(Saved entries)

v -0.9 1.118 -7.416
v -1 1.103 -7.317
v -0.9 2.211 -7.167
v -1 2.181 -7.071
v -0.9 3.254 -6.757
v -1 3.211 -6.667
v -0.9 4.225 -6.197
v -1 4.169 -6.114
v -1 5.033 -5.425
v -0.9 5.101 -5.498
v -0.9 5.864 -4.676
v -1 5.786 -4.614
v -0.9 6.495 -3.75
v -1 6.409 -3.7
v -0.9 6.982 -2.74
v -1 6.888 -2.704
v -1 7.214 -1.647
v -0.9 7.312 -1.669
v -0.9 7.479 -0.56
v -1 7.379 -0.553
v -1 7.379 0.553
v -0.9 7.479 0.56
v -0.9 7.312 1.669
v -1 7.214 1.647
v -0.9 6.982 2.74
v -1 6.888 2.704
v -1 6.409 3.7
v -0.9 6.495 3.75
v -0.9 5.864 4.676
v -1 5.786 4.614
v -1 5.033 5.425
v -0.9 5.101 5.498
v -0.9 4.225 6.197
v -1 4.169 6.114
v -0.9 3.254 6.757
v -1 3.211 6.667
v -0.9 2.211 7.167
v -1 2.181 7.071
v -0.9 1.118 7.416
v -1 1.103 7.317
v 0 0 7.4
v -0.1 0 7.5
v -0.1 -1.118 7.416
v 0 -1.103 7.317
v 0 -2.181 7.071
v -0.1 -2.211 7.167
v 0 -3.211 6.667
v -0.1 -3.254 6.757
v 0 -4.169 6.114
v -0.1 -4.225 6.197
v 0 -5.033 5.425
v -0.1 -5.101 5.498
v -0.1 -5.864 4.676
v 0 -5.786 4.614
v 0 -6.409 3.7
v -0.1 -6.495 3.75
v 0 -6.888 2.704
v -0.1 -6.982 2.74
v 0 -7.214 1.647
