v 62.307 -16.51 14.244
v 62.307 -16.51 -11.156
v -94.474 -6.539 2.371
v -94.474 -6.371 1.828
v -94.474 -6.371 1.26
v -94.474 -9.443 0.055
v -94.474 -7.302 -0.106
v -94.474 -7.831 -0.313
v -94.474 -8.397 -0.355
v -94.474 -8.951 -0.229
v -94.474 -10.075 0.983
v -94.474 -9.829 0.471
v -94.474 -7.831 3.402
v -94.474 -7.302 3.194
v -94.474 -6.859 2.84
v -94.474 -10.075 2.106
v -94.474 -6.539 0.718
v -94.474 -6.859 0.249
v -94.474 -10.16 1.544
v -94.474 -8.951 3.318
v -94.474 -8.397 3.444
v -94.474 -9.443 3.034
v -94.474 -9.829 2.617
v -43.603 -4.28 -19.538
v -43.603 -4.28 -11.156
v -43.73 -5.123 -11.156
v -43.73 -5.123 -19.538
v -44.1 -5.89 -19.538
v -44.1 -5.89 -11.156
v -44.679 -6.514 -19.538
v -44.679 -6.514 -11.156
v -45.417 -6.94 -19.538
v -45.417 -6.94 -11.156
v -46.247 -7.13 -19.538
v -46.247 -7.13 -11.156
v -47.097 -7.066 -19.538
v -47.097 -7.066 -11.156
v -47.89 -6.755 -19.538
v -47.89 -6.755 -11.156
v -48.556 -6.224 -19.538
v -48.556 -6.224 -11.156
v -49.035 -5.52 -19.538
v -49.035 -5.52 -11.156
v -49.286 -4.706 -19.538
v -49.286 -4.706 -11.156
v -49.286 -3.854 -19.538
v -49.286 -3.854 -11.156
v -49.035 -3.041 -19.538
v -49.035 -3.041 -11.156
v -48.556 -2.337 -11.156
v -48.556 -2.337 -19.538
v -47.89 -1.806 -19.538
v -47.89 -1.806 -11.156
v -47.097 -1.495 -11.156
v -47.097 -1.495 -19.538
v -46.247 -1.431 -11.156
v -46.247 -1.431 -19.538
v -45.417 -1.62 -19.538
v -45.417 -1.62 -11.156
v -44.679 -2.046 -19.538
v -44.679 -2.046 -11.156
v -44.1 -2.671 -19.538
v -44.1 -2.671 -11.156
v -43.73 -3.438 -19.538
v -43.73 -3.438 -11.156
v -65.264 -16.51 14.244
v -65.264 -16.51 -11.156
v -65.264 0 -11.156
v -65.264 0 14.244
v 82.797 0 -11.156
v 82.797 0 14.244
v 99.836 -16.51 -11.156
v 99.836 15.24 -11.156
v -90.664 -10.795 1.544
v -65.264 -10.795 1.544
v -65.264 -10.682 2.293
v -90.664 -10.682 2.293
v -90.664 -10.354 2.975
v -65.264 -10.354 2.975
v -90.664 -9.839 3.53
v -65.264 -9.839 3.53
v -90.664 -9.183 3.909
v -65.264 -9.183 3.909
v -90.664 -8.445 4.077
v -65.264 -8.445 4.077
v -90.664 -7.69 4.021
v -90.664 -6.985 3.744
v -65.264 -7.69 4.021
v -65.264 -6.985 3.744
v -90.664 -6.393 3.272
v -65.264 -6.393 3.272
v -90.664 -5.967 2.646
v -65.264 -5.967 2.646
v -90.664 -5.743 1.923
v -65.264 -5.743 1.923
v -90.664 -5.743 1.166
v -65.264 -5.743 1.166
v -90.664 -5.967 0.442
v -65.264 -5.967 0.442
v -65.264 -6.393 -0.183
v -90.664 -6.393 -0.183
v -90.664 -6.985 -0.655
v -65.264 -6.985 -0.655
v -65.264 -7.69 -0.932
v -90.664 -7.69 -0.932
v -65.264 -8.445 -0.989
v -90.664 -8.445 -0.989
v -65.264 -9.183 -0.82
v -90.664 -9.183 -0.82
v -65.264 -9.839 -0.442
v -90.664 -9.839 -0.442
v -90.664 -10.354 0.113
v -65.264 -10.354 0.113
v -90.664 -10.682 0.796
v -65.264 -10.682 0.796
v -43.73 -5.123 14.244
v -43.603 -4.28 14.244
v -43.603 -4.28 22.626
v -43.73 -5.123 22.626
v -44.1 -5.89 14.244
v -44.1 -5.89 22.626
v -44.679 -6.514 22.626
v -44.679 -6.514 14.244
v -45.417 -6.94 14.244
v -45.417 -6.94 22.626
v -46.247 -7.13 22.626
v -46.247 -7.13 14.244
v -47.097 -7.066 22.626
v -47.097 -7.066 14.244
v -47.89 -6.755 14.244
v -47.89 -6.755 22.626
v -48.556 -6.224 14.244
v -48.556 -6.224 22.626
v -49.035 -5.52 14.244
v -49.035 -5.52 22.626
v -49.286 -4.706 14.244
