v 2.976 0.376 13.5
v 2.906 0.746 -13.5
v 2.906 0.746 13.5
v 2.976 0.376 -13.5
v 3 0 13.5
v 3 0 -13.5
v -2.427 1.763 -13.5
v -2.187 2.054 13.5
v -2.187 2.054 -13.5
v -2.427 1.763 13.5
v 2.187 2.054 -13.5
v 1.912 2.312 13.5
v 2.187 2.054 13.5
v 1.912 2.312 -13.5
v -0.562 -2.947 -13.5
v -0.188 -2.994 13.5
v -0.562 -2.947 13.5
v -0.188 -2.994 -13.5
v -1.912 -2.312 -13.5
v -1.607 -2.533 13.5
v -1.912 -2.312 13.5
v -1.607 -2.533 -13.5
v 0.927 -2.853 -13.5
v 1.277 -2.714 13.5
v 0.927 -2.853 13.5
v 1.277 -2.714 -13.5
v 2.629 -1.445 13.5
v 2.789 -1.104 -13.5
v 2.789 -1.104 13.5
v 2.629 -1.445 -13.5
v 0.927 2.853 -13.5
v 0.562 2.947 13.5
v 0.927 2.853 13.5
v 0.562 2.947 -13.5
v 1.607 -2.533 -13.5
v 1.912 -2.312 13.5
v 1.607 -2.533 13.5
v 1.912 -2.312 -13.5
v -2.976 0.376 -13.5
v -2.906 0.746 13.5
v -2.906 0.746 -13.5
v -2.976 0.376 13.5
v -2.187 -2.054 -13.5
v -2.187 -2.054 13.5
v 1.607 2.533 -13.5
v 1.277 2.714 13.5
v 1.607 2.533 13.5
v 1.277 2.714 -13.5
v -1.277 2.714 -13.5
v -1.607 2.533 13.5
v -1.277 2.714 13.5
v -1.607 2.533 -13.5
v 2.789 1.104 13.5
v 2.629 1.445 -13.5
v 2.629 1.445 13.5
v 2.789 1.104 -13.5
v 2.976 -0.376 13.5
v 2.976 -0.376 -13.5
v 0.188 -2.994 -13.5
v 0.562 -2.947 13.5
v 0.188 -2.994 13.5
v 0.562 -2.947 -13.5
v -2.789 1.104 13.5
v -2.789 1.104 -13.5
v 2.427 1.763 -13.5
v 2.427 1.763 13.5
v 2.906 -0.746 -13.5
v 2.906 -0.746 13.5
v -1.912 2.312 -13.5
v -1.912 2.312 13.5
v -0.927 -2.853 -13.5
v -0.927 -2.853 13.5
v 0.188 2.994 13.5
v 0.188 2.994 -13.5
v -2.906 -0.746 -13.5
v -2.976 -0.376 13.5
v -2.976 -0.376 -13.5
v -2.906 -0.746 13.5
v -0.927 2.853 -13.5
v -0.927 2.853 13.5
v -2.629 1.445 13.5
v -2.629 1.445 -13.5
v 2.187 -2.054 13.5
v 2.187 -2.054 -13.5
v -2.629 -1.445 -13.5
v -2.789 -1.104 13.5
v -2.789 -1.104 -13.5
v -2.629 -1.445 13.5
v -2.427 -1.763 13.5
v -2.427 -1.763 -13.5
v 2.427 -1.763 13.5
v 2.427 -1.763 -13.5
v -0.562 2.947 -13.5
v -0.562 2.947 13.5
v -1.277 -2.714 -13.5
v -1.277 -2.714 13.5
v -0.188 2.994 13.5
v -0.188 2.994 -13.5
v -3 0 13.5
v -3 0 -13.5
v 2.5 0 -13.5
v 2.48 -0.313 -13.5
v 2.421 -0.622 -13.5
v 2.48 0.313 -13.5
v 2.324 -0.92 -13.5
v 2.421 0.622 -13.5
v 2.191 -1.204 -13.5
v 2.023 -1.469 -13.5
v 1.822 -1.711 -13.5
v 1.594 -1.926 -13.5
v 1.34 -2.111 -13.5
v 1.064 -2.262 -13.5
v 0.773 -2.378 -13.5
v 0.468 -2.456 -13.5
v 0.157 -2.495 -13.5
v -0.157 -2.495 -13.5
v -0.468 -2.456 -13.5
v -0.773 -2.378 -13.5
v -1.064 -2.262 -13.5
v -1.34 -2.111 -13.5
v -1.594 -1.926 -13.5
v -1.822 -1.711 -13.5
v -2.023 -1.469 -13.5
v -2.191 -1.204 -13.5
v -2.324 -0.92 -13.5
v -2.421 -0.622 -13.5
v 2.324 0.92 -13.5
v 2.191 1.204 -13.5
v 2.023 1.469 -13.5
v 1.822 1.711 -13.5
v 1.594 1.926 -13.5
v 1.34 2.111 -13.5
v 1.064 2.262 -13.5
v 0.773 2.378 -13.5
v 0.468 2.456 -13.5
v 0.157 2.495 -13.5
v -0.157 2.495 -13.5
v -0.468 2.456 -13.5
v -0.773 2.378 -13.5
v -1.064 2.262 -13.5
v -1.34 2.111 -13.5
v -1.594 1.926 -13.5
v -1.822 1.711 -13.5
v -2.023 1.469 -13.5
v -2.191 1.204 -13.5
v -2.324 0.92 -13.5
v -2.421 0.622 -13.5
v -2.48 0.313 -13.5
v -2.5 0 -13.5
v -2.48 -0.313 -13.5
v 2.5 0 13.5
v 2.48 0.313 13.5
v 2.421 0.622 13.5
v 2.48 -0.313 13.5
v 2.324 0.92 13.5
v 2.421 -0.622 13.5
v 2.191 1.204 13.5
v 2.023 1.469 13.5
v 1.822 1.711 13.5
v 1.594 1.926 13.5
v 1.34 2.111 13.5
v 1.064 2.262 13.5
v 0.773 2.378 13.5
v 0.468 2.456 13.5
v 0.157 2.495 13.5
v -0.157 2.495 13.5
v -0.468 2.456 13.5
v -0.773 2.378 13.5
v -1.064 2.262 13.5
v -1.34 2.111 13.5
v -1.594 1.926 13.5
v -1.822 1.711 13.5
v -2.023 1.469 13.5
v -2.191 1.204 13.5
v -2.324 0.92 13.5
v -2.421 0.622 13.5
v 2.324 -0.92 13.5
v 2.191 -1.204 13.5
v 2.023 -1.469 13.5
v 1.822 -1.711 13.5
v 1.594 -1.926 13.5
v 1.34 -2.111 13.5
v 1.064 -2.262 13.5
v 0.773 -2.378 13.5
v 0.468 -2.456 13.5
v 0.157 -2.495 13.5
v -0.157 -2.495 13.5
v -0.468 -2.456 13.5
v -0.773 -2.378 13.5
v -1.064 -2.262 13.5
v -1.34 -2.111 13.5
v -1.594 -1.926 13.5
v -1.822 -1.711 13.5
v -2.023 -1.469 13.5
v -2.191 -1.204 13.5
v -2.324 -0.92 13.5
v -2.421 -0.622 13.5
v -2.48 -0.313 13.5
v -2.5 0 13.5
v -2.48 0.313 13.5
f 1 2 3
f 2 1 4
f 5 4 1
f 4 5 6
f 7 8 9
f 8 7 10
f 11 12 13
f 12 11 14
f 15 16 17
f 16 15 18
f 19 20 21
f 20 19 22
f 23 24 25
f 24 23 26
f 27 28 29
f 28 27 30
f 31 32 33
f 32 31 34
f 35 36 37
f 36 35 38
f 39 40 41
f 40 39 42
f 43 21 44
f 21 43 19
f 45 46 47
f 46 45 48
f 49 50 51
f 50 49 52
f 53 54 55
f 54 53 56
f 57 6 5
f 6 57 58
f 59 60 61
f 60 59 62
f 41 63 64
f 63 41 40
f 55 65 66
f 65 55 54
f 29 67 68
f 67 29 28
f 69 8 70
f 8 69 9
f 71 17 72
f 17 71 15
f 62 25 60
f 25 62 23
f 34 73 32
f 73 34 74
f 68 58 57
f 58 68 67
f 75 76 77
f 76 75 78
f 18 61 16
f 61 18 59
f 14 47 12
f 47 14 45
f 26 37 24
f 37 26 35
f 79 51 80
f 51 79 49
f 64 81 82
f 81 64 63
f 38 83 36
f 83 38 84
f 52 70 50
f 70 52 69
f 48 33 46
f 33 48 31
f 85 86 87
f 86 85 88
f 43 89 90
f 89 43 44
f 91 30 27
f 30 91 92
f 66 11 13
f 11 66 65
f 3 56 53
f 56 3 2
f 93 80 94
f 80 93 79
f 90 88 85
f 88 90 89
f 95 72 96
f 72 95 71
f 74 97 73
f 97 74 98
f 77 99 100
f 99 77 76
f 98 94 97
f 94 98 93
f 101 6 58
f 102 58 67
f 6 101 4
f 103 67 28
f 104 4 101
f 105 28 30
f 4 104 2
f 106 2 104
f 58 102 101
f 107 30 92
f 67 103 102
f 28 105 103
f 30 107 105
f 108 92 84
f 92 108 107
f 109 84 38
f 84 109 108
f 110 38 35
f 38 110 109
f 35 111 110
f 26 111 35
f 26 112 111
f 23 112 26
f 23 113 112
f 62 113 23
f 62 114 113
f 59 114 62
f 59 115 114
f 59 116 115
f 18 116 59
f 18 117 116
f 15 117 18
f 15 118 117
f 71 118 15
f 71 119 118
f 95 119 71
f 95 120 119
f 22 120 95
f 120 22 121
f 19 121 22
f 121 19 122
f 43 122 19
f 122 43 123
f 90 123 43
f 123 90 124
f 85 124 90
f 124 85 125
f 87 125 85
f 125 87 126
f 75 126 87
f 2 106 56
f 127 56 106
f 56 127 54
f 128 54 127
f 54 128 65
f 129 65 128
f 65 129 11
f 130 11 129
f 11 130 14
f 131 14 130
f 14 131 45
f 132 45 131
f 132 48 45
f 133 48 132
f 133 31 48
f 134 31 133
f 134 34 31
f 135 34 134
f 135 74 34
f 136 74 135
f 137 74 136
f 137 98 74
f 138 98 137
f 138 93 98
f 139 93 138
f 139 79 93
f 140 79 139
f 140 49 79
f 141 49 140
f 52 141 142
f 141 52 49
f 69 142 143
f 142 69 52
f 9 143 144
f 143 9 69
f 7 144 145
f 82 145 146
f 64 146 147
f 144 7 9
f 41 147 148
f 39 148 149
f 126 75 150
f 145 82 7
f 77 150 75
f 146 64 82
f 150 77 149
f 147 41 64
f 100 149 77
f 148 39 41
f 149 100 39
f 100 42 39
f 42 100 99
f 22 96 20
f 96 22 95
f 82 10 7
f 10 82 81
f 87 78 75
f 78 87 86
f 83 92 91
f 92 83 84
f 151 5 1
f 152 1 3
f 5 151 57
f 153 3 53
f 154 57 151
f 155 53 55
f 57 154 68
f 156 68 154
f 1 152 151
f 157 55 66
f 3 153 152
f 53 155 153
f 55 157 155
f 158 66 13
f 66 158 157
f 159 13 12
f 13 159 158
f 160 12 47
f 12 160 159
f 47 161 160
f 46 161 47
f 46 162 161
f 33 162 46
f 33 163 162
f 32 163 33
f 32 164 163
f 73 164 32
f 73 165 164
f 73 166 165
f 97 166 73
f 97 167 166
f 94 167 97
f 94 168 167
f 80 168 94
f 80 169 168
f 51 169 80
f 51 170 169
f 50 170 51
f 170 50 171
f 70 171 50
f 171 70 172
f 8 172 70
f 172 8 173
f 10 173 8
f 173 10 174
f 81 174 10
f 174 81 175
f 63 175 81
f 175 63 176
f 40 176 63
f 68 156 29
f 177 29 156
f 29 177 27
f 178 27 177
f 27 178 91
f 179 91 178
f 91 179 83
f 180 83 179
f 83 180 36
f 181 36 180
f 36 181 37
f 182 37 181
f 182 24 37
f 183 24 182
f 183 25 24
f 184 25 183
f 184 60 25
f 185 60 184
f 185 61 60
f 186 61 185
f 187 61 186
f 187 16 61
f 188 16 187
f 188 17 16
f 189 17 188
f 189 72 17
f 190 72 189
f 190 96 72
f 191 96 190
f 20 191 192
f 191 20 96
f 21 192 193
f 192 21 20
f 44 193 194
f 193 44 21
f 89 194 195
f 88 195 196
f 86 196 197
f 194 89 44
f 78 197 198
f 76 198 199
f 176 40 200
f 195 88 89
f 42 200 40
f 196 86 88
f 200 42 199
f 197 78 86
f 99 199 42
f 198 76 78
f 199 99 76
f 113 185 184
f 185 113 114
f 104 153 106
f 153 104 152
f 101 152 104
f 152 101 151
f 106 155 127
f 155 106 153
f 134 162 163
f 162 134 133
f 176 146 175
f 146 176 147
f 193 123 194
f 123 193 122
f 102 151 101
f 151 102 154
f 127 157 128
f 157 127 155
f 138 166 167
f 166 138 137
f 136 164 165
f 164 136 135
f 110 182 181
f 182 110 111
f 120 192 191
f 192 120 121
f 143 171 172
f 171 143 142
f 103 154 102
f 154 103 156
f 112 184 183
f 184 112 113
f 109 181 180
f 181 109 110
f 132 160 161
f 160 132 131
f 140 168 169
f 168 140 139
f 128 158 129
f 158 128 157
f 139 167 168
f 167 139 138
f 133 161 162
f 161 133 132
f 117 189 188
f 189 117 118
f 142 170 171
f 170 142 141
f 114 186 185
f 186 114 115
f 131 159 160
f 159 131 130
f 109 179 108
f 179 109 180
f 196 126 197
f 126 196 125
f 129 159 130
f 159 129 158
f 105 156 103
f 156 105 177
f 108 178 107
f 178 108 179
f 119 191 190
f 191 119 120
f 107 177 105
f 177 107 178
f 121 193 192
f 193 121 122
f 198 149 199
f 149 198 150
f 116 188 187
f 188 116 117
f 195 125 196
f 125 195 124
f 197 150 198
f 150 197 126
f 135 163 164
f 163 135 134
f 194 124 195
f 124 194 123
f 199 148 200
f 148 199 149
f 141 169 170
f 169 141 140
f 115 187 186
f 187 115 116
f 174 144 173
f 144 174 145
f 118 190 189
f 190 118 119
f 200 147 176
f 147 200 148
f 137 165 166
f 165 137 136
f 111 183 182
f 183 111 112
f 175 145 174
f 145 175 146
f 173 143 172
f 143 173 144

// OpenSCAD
$fn = 50;


difference() {
	union() {
		translate(v = [0, 0, -13.5000000000]) {
			cylinder(h = 27, r = 3.0000000000);
		}
	}
	union() {
		translate(v = [0, 0, -100.0000000000]) {
			cylinder(h = 200, r = 2.5000000000);
		}
	}
}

**Problem statement**
All that is wanted is the stretch of lines above from the one containing "v -1.064 2.262 -13.5" through the one containing "v 2.324 0.92 13.5", duplicated exactly.

**Solution to this problem**
v -1.064 2.262 -13.5
v -1.34 2.111 -13.5
v -1.594 1.926 -13.5
v -1.822 1.711 -13.5
v -2.023 1.469 -13.5
v -2.191 1.204 -13.5
v -2.324 0.92 -13.5
v -2.421 0.622 -13.5
v -2.48 0.313 -13.5
v -2.5 0 -13.5
v -2.48 -0.313 -13.5
v 2.5 0 13.5
v 2.48 0.313 13.5
v 2.421 0.622 13.5
v 2.48 -0.313 13.5
v 2.324 0.92 13.5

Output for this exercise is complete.